About this task: From the data below, copy exactly the lines that lie between the one holding "v24 (11.5,-11,1.5)" and the one holding "face PLANE(AX(P(11.5,-8.5,1.5),D(1,0,0),D(0,1,0))) [e25", including both, and nothing more.

Records for processing:

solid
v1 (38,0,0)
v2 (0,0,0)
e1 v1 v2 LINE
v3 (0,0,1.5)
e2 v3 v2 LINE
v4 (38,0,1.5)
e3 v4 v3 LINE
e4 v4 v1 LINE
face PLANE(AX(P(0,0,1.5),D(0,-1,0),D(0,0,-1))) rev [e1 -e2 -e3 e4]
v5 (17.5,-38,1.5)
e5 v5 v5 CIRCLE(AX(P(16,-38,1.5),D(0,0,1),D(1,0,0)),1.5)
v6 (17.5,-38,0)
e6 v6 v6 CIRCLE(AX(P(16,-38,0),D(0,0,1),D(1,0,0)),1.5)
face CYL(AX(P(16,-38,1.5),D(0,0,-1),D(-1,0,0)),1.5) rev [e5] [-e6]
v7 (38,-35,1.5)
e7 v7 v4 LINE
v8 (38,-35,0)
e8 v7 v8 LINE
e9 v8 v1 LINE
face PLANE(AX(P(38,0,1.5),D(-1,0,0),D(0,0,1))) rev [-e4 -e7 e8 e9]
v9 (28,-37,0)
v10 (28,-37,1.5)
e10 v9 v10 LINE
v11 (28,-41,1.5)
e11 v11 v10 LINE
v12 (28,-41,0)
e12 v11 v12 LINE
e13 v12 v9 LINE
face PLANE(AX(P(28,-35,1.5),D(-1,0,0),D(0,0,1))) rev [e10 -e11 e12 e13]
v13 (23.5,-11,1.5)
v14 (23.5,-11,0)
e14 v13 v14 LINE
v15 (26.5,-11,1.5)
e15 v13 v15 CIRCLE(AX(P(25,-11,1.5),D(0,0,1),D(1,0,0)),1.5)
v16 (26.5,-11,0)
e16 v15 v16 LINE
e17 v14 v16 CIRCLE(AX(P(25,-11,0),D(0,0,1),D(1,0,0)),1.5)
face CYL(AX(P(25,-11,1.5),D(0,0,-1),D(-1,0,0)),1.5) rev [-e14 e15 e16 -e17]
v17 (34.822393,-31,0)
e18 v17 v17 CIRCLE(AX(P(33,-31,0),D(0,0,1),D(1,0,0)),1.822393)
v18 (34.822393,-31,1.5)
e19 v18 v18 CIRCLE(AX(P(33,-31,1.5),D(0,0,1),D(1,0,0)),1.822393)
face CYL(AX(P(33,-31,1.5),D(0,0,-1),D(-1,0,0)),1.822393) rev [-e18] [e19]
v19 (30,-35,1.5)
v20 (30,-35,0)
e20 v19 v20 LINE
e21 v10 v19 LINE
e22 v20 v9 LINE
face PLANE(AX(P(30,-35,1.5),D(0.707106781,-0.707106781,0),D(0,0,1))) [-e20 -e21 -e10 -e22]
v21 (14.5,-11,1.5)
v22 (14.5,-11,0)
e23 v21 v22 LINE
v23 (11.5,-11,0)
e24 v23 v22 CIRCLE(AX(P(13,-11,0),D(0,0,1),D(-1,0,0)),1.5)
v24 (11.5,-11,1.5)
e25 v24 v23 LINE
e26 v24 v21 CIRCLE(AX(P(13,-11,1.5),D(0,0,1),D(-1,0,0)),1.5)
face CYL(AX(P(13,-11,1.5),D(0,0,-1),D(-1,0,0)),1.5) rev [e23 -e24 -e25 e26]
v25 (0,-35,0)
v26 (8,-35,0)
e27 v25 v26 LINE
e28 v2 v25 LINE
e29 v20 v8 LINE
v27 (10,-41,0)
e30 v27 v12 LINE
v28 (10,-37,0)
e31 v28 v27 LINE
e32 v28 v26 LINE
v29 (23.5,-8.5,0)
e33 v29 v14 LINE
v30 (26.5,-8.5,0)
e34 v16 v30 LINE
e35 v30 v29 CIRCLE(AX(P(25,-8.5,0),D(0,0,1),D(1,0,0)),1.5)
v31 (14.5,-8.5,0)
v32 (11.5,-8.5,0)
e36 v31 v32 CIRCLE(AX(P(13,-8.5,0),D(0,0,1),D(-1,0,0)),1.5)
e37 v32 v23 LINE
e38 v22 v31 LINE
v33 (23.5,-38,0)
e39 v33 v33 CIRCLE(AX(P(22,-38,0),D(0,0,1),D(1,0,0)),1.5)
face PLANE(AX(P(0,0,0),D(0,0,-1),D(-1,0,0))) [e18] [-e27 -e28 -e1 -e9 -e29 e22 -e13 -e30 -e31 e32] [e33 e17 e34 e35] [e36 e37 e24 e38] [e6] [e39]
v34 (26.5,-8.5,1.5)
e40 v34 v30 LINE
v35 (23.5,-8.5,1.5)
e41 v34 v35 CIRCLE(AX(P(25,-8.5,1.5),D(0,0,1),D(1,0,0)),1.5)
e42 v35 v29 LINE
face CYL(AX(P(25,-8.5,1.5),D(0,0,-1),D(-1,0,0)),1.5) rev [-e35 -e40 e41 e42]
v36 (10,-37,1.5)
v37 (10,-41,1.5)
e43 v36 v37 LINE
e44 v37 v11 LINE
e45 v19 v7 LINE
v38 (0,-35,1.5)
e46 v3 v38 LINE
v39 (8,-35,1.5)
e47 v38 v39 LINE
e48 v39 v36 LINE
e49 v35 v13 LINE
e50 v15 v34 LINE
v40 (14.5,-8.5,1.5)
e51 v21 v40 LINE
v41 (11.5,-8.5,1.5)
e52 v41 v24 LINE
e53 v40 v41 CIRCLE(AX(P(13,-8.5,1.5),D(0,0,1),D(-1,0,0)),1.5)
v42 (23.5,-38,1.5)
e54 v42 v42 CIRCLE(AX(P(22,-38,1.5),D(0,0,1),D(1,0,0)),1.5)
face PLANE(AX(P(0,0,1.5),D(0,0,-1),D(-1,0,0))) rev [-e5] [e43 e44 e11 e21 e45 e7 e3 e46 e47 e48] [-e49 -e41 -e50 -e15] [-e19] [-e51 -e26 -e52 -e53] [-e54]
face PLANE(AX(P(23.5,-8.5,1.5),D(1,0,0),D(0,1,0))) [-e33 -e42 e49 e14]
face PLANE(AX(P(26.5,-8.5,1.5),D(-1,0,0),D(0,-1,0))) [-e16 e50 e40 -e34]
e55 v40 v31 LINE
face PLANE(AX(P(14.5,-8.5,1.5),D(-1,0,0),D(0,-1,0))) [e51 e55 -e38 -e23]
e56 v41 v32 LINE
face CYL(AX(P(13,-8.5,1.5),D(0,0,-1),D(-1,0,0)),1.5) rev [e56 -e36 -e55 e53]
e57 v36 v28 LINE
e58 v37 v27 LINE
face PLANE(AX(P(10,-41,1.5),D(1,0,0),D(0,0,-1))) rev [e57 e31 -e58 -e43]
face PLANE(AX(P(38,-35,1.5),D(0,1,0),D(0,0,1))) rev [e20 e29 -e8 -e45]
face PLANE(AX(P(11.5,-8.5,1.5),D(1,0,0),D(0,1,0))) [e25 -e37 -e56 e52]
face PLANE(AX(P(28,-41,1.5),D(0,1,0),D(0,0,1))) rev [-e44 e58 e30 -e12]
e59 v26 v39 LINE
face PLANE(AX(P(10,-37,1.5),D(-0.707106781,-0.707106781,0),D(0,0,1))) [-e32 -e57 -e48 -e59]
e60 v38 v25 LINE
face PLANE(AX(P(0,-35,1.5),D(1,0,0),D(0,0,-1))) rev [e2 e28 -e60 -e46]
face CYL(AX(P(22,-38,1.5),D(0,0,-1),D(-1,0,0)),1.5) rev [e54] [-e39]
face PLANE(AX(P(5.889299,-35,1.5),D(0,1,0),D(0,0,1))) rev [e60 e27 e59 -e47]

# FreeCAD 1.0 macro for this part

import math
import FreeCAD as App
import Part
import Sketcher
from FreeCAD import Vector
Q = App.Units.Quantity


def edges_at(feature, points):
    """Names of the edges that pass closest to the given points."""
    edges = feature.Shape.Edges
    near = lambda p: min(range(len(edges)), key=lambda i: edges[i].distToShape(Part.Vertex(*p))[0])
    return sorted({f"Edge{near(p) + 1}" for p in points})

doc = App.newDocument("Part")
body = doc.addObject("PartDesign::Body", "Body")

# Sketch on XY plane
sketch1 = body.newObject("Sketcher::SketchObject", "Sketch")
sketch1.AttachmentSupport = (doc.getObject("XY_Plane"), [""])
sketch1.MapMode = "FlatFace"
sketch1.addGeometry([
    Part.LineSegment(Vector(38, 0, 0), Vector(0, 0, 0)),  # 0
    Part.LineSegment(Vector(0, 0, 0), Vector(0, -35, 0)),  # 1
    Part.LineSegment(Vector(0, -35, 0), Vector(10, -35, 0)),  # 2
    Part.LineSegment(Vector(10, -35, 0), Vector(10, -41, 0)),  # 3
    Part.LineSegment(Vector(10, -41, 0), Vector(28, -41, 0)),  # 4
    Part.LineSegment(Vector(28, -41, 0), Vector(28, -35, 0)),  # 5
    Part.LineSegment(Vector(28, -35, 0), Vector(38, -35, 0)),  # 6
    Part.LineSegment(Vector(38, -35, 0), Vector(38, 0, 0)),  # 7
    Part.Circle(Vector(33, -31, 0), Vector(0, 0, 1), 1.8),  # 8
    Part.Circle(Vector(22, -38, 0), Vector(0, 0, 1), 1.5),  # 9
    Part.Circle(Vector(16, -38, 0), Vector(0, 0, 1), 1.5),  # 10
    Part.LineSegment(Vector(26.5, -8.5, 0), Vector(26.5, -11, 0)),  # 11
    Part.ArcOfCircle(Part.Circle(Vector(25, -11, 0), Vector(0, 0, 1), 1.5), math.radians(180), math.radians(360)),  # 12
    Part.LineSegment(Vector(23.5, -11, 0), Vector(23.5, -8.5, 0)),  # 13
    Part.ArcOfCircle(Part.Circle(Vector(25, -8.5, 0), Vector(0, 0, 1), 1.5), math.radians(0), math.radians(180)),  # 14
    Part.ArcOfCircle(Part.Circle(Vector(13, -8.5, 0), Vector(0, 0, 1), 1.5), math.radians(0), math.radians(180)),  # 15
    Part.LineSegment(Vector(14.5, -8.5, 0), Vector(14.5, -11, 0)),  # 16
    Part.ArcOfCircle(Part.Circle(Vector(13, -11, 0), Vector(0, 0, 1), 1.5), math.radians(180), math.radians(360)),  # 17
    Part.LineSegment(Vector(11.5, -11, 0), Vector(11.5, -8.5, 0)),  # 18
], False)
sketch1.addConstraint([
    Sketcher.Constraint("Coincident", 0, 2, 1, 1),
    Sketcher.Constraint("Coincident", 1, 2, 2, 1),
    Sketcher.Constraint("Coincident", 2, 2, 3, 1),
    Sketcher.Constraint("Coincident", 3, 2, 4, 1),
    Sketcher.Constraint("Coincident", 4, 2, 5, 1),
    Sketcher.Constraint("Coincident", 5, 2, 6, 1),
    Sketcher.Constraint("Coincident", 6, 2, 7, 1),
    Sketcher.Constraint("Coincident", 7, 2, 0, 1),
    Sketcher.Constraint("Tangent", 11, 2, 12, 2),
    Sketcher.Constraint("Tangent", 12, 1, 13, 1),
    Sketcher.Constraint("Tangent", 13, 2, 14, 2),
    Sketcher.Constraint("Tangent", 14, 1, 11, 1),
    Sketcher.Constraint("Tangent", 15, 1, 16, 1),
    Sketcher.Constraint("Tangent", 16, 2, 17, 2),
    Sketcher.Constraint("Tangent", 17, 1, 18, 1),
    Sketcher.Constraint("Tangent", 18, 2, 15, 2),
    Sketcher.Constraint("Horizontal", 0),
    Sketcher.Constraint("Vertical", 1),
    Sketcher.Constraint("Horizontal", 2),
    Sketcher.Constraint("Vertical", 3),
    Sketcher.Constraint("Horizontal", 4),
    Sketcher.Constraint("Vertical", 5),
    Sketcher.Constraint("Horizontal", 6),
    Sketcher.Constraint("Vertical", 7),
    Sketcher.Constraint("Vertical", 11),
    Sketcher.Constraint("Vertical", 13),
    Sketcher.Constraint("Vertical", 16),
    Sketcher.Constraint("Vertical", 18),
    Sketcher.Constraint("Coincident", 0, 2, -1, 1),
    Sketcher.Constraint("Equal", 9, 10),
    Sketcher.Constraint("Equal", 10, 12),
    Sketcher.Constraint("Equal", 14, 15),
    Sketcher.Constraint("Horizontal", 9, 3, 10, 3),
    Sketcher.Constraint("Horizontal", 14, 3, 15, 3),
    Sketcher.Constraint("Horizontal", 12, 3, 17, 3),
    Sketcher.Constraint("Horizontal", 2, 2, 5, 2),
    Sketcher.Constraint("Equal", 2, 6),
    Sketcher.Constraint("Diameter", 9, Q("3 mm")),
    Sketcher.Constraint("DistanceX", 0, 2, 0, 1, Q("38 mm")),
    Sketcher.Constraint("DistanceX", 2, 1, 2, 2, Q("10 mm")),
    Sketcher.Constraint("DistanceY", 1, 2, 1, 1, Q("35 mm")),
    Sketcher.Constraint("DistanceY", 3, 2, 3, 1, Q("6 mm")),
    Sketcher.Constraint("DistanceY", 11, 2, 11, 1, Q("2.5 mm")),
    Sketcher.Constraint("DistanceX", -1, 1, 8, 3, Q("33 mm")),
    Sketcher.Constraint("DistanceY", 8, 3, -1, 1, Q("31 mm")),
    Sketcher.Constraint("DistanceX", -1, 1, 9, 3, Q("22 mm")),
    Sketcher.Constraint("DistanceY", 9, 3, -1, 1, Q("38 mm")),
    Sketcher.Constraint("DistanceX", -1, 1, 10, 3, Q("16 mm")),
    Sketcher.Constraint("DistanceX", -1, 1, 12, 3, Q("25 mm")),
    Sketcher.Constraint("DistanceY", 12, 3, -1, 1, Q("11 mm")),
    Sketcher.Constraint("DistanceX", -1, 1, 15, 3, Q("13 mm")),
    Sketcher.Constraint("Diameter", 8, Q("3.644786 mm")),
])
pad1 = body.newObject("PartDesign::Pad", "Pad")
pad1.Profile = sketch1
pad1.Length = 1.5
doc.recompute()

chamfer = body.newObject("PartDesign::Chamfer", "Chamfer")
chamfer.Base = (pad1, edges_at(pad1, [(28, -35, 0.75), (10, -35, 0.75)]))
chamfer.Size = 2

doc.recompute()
---
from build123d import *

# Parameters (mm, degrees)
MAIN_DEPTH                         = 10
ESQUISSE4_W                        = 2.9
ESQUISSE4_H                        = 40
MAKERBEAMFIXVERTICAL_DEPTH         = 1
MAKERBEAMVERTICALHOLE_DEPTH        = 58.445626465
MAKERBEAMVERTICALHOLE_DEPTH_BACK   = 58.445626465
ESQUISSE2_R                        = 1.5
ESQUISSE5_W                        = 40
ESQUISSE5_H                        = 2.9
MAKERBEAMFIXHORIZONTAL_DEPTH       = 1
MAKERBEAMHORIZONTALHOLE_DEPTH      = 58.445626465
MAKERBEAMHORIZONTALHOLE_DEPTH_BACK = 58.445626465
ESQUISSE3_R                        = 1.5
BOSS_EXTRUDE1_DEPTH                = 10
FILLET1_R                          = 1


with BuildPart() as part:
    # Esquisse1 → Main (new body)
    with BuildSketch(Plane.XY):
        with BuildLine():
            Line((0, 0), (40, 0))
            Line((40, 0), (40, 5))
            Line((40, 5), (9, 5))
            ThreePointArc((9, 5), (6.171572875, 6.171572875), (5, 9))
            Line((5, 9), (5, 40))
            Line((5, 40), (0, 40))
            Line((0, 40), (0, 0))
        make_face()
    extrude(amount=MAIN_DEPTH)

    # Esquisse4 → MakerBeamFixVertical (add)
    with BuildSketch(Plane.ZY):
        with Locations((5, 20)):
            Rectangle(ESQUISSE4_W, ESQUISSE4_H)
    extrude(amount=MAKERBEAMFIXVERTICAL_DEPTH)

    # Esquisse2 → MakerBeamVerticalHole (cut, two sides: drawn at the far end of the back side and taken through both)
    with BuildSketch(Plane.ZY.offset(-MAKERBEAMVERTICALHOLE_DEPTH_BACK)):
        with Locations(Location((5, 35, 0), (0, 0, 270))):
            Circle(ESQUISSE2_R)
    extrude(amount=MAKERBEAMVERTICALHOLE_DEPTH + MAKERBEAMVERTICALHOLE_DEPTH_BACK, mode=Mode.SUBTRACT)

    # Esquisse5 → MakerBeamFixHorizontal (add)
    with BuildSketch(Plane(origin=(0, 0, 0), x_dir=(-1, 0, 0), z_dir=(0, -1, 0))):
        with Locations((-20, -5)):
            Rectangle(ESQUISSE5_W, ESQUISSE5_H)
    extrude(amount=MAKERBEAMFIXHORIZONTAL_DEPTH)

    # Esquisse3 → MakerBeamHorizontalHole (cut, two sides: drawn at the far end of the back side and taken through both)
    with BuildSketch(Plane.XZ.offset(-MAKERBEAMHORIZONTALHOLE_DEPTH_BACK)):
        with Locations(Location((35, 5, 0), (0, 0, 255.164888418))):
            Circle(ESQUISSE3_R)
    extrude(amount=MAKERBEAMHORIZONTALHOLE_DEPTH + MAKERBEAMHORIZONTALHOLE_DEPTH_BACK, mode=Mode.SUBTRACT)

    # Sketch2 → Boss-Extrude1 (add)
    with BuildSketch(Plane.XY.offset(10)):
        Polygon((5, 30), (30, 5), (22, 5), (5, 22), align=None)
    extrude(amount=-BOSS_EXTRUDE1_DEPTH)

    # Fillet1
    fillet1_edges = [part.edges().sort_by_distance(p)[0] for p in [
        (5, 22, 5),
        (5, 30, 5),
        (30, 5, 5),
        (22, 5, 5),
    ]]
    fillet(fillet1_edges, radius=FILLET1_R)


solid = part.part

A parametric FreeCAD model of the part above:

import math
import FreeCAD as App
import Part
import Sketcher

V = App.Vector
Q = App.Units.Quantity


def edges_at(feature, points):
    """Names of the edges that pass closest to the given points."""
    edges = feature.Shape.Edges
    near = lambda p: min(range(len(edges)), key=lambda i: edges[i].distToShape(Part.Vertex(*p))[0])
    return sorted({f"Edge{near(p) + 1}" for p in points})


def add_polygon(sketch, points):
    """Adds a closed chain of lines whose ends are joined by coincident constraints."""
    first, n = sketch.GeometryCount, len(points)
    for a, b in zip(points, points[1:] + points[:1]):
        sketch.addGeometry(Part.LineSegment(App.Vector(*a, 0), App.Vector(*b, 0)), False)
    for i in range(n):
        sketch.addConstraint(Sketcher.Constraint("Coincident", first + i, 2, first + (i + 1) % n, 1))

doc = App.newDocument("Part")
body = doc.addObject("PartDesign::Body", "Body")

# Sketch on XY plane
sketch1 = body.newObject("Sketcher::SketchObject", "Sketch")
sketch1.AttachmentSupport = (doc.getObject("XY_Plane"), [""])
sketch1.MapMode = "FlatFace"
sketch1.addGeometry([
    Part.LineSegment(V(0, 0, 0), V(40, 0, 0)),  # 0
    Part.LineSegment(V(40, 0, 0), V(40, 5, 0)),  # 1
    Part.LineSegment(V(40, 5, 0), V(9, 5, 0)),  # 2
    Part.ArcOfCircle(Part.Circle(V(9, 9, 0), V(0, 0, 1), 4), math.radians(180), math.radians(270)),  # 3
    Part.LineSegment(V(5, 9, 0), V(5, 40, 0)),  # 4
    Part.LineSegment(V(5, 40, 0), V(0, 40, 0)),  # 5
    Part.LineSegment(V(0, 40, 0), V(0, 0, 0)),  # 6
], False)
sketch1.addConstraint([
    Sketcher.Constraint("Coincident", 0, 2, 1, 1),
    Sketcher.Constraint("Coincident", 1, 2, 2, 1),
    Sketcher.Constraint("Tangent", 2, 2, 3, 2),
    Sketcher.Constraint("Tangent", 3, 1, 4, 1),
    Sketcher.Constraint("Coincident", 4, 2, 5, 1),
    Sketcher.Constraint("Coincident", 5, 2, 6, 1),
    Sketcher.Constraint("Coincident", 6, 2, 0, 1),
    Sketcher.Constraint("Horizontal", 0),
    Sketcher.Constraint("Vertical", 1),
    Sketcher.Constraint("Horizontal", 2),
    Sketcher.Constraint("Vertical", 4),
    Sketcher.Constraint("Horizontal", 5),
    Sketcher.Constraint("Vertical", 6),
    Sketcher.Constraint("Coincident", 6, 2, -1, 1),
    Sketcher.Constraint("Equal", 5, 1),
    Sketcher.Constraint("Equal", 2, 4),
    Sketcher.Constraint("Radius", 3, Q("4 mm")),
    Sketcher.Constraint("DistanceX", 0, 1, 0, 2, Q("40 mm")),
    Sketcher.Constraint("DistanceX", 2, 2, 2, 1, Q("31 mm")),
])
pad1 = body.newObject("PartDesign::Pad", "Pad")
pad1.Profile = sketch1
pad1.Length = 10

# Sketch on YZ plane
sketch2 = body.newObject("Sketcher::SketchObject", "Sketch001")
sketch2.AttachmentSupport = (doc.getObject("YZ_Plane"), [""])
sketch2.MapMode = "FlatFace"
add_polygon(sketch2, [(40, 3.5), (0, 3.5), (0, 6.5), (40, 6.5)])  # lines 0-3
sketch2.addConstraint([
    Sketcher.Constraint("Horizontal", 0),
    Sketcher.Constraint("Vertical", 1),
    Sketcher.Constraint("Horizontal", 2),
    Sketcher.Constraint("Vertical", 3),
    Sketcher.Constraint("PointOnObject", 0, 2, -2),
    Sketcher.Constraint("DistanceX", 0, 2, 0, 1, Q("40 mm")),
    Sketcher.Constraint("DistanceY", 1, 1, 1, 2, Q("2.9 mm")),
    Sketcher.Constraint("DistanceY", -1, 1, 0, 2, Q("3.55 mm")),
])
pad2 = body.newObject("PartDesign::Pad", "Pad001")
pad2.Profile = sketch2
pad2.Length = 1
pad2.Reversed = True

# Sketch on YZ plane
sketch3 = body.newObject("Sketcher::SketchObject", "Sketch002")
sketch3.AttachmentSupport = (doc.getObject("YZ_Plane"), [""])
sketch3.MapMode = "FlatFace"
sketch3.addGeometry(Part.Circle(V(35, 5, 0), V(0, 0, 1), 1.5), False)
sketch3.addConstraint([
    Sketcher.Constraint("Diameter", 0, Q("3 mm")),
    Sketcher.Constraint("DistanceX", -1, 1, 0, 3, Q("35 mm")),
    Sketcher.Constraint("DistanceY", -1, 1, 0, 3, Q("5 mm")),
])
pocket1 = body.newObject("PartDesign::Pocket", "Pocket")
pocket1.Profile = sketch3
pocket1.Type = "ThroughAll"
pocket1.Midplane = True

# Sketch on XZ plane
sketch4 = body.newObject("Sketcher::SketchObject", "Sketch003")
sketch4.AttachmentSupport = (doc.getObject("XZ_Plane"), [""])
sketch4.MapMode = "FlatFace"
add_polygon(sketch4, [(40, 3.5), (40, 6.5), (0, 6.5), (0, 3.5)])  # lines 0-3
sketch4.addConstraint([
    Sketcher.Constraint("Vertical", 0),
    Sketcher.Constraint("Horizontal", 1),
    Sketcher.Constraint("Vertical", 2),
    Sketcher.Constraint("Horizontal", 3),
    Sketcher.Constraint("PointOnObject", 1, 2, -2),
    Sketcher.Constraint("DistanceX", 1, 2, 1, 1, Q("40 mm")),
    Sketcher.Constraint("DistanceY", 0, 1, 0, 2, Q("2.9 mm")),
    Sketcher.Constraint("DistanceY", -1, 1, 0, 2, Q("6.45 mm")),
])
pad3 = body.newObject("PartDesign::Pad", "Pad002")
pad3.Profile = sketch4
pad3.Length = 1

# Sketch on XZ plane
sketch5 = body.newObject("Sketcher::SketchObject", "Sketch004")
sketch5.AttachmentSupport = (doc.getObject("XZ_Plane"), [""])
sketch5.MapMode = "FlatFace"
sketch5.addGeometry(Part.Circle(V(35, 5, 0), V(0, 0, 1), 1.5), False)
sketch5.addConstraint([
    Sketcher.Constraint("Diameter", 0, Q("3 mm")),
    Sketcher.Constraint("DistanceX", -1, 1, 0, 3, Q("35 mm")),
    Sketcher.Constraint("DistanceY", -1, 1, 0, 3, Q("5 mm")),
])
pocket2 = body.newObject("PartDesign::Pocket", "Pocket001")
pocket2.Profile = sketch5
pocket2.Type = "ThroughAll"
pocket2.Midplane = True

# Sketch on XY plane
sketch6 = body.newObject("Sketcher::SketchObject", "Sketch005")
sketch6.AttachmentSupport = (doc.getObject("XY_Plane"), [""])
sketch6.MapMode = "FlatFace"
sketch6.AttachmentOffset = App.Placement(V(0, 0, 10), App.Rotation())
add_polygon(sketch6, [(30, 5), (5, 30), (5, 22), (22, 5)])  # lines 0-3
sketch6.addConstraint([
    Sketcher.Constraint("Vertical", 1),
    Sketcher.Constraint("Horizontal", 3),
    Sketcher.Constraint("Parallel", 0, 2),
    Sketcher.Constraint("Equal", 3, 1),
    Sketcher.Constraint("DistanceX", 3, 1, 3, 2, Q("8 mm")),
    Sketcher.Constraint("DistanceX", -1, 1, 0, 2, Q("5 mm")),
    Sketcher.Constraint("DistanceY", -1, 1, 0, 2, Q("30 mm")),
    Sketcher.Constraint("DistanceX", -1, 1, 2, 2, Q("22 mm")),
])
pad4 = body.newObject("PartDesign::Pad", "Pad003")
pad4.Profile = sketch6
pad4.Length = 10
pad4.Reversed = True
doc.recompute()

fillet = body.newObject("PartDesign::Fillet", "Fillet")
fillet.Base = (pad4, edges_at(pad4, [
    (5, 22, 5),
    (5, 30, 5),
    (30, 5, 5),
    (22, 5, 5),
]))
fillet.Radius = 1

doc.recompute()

Exercise result:
v24 (11.5,-11,1.5)
e25 v24 v23 LINE
e26 v24 v21 CIRCLE(AX(P(13,-11,1.5),D(0,0,1),D(-1,0,0)),1.5)
face CYL(AX(P(13,-11,1.5),D(0,0,-1),D(-1,0,0)),1.5) rev [e23 -e24 -e25 e26]
v25 (0,-35,0)
v26 (8,-35,0)
e27 v25 v26 LINE
e28 v2 v25 LINE
e29 v20 v8 LINE
v27 (10,-41,0)
e30 v27 v12 LINE
v28 (10,-37,0)
e31 v28 v27 LINE
e32 v28 v26 LINE
v29 (23.5,-8.5,0)
e33 v29 v14 LINE
v30 (26.5,-8.5,0)
e34 v16 v30 LINE
e35 v30 v29 CIRCLE(AX(P(25,-8.5,0),D(0,0,1),D(1,0,0)),1.5)
v31 (14.5,-8.5,0)
v32 (11.5,-8.5,0)
e36 v31 v32 CIRCLE(AX(P(13,-8.5,0),D(0,0,1),D(-1,0,0)),1.5)
e37 v32 v23 LINE
e38 v22 v31 LINE
v33 (23.5,-38,0)
e39 v33 v33 CIRCLE(AX(P(22,-38,0),D(0,0,1),D(1,0,0)),1.5)
face PLANE(AX(P(0,0,0),D(0,0,-1),D(-1,0,0))) [e18] [-e27 -e28 -e1 -e9 -e29 e22 -e13 -e30 -e31 e32] [e33 e17 e34 e35] [e36 e37 e24 e38] [e6] [e39]
v34 (26.5,-8.5,1.5)
e40 v34 v30 LINE
v35 (23.5,-8.5,1.5)
e41 v34 v35 CIRCLE(AX(P(25,-8.5,1.5),D(0,0,1),D(1,0,0)),1.5)
e42 v35 v29 LINE
face CYL(AX(P(25,-8.5,1.5),D(0,0,-1),D(-1,0,0)),1.5) rev [-e35 -e40 e41 e42]
v36 (10,-37,1.5)
v37 (10,-41,1.5)
e43 v36 v37 LINE
e44 v37 v11 LINE
e45 v19 v7 LINE
v38 (0,-35,1.5)
e46 v3 v38 LINE
v39 (8,-35,1.5)
e47 v38 v39 LINE
e48 v39 v36 LINE
e49 v35 v13 LINE
e50 v15 v34 LINE
v40 (14.5,-8.5,1.5)
e51 v21 v40 LINE
v41 (11.5,-8.5,1.5)
e52 v41 v24 LINE
e53 v40 v41 CIRCLE(AX(P(13,-8.5,1.5),D(0,0,1),D(-1,0,0)),1.5)
v42 (23.5,-38,1.5)
e54 v42 v42 CIRCLE(AX(P(22,-38,1.5),D(0,0,1),D(1,0,0)),1.5)
face PLANE(AX(P(0,0,1.5),D(0,0,-1),D(-1,0,0))) rev [-e5] [e43 e44 e11 e21 e45 e7 e3 e46 e47 e48] [-e49 -e41 -e50 -e15] [-e19] [-e51 -e26 -e52 -e53] [-e54]
face PLANE(AX(P(23.5,-8.5,1.5),D(1,0,0),D(0,1,0))) [-e33 -e42 e49 e14]
face PLANE(AX(P(26.5,-8.5,1.5),D(-1,0,0),D(0,-1,0))) [-e16 e50 e40 -e34]
e55 v40 v31 LINE
face PLANE(AX(P(14.5,-8.5,1.5),D(-1,0,0),D(0,-1,0))) [e51 e55 -e38 -e23]
e56 v41 v32 LINE
face CYL(AX(P(13,-8.5,1.5),D(0,0,-1),D(-1,0,0)),1.5) rev [e56 -e36 -e55 e53]
e57 v36 v28 LINE
e58 v37 v27 LINE
face PLANE(AX(P(10,-41,1.5),D(1,0,0),D(0,0,-1))) rev [e57 e31 -e58 -e43]
face PLANE(AX(P(38,-35,1.5),D(0,1,0),D(0,0,1))) rev [e20 e29 -e8 -e45]
face PLANE(AX(P(11.5,-8.5,1.5),D(1,0,0),D(0,1,0))) [e25 -e37 -e56 e52]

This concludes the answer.